When a VMware Kubernetes Service (VKS) Cluster is upgraded to VKS 3.6 on VCF 9.1 and the Cluster Namespace is transitioned from a Single-Zone to a Multi-Zone setup, the Cluster status may become False with a TopologyReconciled error. This occurs if the cluster configuration uses a StorageClass with Immediate binding mode without defined failure domains.
The following error is observed in the Cluster status or via kubectl describe cluster: error reconciling the Cluster topology: failed to create patch helper for Cluster <REDACTED_NAME>: server side apply dry-run failed for modified object: admission webhook "capi.validating.tanzukubernetescluster.run.tanzu.vmware.com" denied the request: spec.topology.workers.machineDeployments[0].variables.volumes[0].storageClass: Invalid value: "<REDACTED_STORAGE_CLASS>": StorageClass "<REDACTED_STORAGE_CLASS>" uses "Immediate" binding mode; WaitForFirstConsumer (latebinding suffix) binding mode is required in multi-zone environment if no failureDomain is specified
VMware Cloud Foundation (VCF) 9.1
VMware Kubernetes Service (VKS) 3.6
VKS 3.6 enforces a validation rule where clusters in a multi-zone environment must use StorageClass objects with WaitForFirstConsumer binding mode unless an explicit failureDomain is defined for the Node Pool. This ensures that volumes are provisioned in the same availability zone where the pod is scheduled.
To restore cluster health, update the Cluster specification using one of the following methods. Note that both options will trigger a rolling update of the affected node pools.

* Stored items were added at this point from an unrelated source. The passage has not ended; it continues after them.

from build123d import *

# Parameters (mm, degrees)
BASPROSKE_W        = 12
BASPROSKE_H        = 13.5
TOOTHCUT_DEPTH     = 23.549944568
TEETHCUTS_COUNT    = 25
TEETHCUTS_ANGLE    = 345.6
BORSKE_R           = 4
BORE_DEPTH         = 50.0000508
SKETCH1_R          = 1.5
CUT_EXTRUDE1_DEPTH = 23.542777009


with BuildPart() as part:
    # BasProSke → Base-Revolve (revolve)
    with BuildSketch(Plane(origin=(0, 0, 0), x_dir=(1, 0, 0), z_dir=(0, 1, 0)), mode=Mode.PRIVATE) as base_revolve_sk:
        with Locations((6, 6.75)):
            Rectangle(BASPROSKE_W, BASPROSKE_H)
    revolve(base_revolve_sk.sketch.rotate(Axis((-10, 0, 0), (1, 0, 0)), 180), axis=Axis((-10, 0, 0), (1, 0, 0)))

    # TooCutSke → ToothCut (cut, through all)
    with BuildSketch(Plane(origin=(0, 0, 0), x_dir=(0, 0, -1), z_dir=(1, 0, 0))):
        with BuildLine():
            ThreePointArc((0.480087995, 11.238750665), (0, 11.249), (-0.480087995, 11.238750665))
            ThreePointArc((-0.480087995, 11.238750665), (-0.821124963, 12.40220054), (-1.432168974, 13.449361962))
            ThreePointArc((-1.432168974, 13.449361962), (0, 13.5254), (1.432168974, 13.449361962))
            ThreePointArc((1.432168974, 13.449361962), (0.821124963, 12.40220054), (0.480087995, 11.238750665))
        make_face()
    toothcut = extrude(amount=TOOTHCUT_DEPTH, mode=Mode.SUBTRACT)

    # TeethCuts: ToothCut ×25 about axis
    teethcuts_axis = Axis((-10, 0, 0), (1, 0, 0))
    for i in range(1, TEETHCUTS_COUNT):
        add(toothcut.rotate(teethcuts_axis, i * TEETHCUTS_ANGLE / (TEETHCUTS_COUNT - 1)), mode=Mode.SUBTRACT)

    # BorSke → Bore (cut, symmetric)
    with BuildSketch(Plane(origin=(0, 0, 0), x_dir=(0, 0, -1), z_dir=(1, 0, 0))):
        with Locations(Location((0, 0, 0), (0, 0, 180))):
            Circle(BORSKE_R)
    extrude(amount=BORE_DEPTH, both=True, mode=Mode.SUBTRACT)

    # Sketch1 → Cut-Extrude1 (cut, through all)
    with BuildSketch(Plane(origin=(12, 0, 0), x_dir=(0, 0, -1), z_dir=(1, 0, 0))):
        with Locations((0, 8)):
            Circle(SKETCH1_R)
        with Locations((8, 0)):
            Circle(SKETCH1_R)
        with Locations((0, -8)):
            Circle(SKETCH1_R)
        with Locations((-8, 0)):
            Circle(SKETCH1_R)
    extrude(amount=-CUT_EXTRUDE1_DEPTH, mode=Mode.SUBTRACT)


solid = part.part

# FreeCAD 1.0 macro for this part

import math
import FreeCAD as App
import Part
import Sketcher
from FreeCAD import Vector
Q = App.Units.Quantity

doc = App.newDocument("Part")
body = doc.addObject("PartDesign::Body", "Body")

sketch1 = body.newObject("Sketcher::SketchObject", "Sketch")
sketch1.AttachmentSupport = (doc.getObject("XZ_Plane"), [""])
sketch1.MapMode = "FlatFace"
sketch1.addGeometry([
    Part.LineSegment(Vector(0, -13.5, 0), Vector(0, 0, 0)),
    Part.LineSegment(Vector(0, 0, 0), Vector(12, 0, 0)),
    Part.LineSegment(Vector(12, 0, 0), Vector(12, -13.5, 0)),
    Part.LineSegment(Vector(12, -13.5, 0), Vector(0, -13.5, 0)),
], False)
sketch1.addConstraint([
    Sketcher.Constraint("Coincident", 0, 2, 1, 1),
    Sketcher.Constraint("Coincident", 1, 2, 2, 1),
    Sketcher.Constraint("Coincident", 2, 2, 3, 1),
    Sketcher.Constraint("Coincident", 3, 2, 0, 1),
    Sketcher.Constraint("Vertical", 0),
    Sketcher.Constraint("Horizontal", 1),
    Sketcher.Constraint("Vertical", 2),
    Sketcher.Constraint("Horizontal", 3),
    Sketcher.Constraint("Coincident", 0, 2, -1, 1),
    Sketcher.Constraint("DistanceX", 1, 1, 1, 2, Q("12 mm")),
    Sketcher.Constraint("DistanceY", 0, 1, 0, 2, Q("13.5 mm")),
])
revolution = body.newObject("PartDesign::Revolution", "Revolution")
revolution.Profile = sketch1
revolution.ReferenceAxis = (sketch1, ["H_Axis"])
revolution.Angle = 360

sketch2 = body.newObject("Sketcher::SketchObject", "Sketch001")
sketch2.AttachmentSupport = (doc.getObject("YZ_Plane"), [""])
sketch2.MapMode = "FlatFace"
sketch2.addGeometry([
    Part.ArcOfCircle(Part.Circle(Vector(0, 0, 0), Vector(0, 0, 1), 11.249), math.radians(-2.446028), math.radians(2.446028)),
    Part.ArcOfCircle(Part.Circle(Vector(10.424401, -5.413326, 0), Vector(0, 0, 1), 5), math.radians(52.771714), math.radians(80.626478)),
    Part.ArcOfCircle(Part.Circle(Vector(0, 0, 0), Vector(0, 0, 1), 13.5254), math.radians(-6.078294), math.radians(6.078294)),
    Part.ArcOfCircle(Part.Circle(Vector(10.424401, 5.413326, 0), Vector(0, 0, 1), 5), math.radians(-80.626478), math.radians(-52.771714)),
], False)
sketch2.addConstraint([
    Sketcher.Constraint("Coincident", 0, 1, 1, 2),
    Sketcher.Constraint("Coincident", 1, 1, 2, 1),
    Sketcher.Constraint("Coincident", 2, 2, 3, 2),
    Sketcher.Constraint("Coincident", 3, 1, 0, 2),
    Sketcher.Constraint("Coincident", 0, 3, -1, 1),
    Sketcher.Constraint("Coincident", 2, 3, -1, 1),
    Sketcher.Constraint("Equal", 1, 3),
    Sketcher.Constraint("Symmetric", 1, 3, 3, 3, -1),
    Sketcher.Constraint("Radius", 1, Q("5 mm")),
    Sketcher.Constraint("Radius", 0, Q("11.249 mm")),
    Sketcher.Constraint("Radius", 2, Q("13.5254 mm")),
    Sketcher.Constraint("DistanceX", -1, 1, 1, 3, Q("10.424401 mm")),
    Sketcher.Constraint("DistanceX", -1, 1, 0, 1, Q("11.238751 mm")),
])
pocket1 = body.newObject("PartDesign::Pocket", "Pocket")
pocket1.Profile = sketch2
pocket1.Type = "ThroughAll"
pocket1.Reversed = True
doc.recompute()

polarpattern = body.newObject("PartDesign::PolarPattern", "PolarPattern")
polarpattern.Originals = [pocket1]
polarpattern.Axis = (doc.getObject("X_Axis"), [""])
polarpattern.Angle = 360
polarpattern.Occurrences = 25
body.Tip = polarpattern

sketch3 = body.newObject("Sketcher::SketchObject", "Sketch002")
sketch3.AttachmentSupport = (doc.getObject("YZ_Plane"), [""])
sketch3.MapMode = "FlatFace"
sketch3.addGeometry(Part.Circle(Vector(0, 0, 0), Vector(0, 0, 1), 4), False)
sketch3.addConstraint([
    Sketcher.Constraint("Coincident", 0, 3, -1, 1),
    Sketcher.Constraint("Diameter", 0, Q("8 mm")),
])
pocket2 = body.newObject("PartDesign::Pocket", "Pocket001")
pocket2.Profile = sketch3
pocket2.Length = 100.000102
pocket2.Midplane = True

sketch4 = body.newObject("Sketcher::SketchObject", "Sketch003")
sketch4.AttachmentSupport = (doc.getObject("YZ_Plane"), [""])
sketch4.MapMode = "FlatFace"
sketch4.AttachmentOffset = App.Placement(Vector(0, 0, 12), App.Rotation())
sketch4.addGeometry([
    Part.Circle(Vector(8, 0, 0), Vector(0, 0, 1), 1.5),
    Part.Circle(Vector(0, -8, 0), Vector(0, 0, 1), 1.5),
    Part.Circle(Vector(-8, 0, 0), Vector(0, 0, 1), 1.5),
    Part.Circle(Vector(0, 8, 0), Vector(0, 0, 1), 1.5),
], False)
sketch4.addConstraint([
    Sketcher.Constraint("Equal", 0, 1),
    Sketcher.Constraint("Equal", 1, 2),
    Sketcher.Constraint("Equal", 2, 3),
    Sketcher.Constraint("Symmetric", 0, 3, 2, 3, -1, 1),
    Sketcher.Constraint("Symmetric", 1, 3, 3, 3, -1, 1),
    Sketcher.Constraint("PointOnObject", 0, 3, -1),
    Sketcher.Constraint("PointOnObject", 1, 3, -2),
    Sketcher.Constraint("Diameter", 0, Q("3 mm")),
    Sketcher.Constraint("DistanceX", -1, 1, 0, 3, Q("8 mm")),
    Sketcher.Constraint("DistanceY", 1, 3, -1, 1, Q("8 mm")),
])
pocket3 = body.newObject("PartDesign::Pocket", "Pocket002")
pocket3.Profile = sketch4
pocket3.Type = "ThroughAll"

doc.recompute()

Option 1: Explicitly Define Failure Domains Modify the Cluster YAML to define a specific failureDomain for each MachineDeployment (Node Pool). This allows the use of Immediate binding as the zone is deterministic.
Option 2: Use a WaitForFirstConsumer (WFFC) StorageClass Update the storageClass reference in the Cluster specification to a class that supports WaitForFirstConsumer binding. These are typically identified by a -latebinding suffix in VCF environments.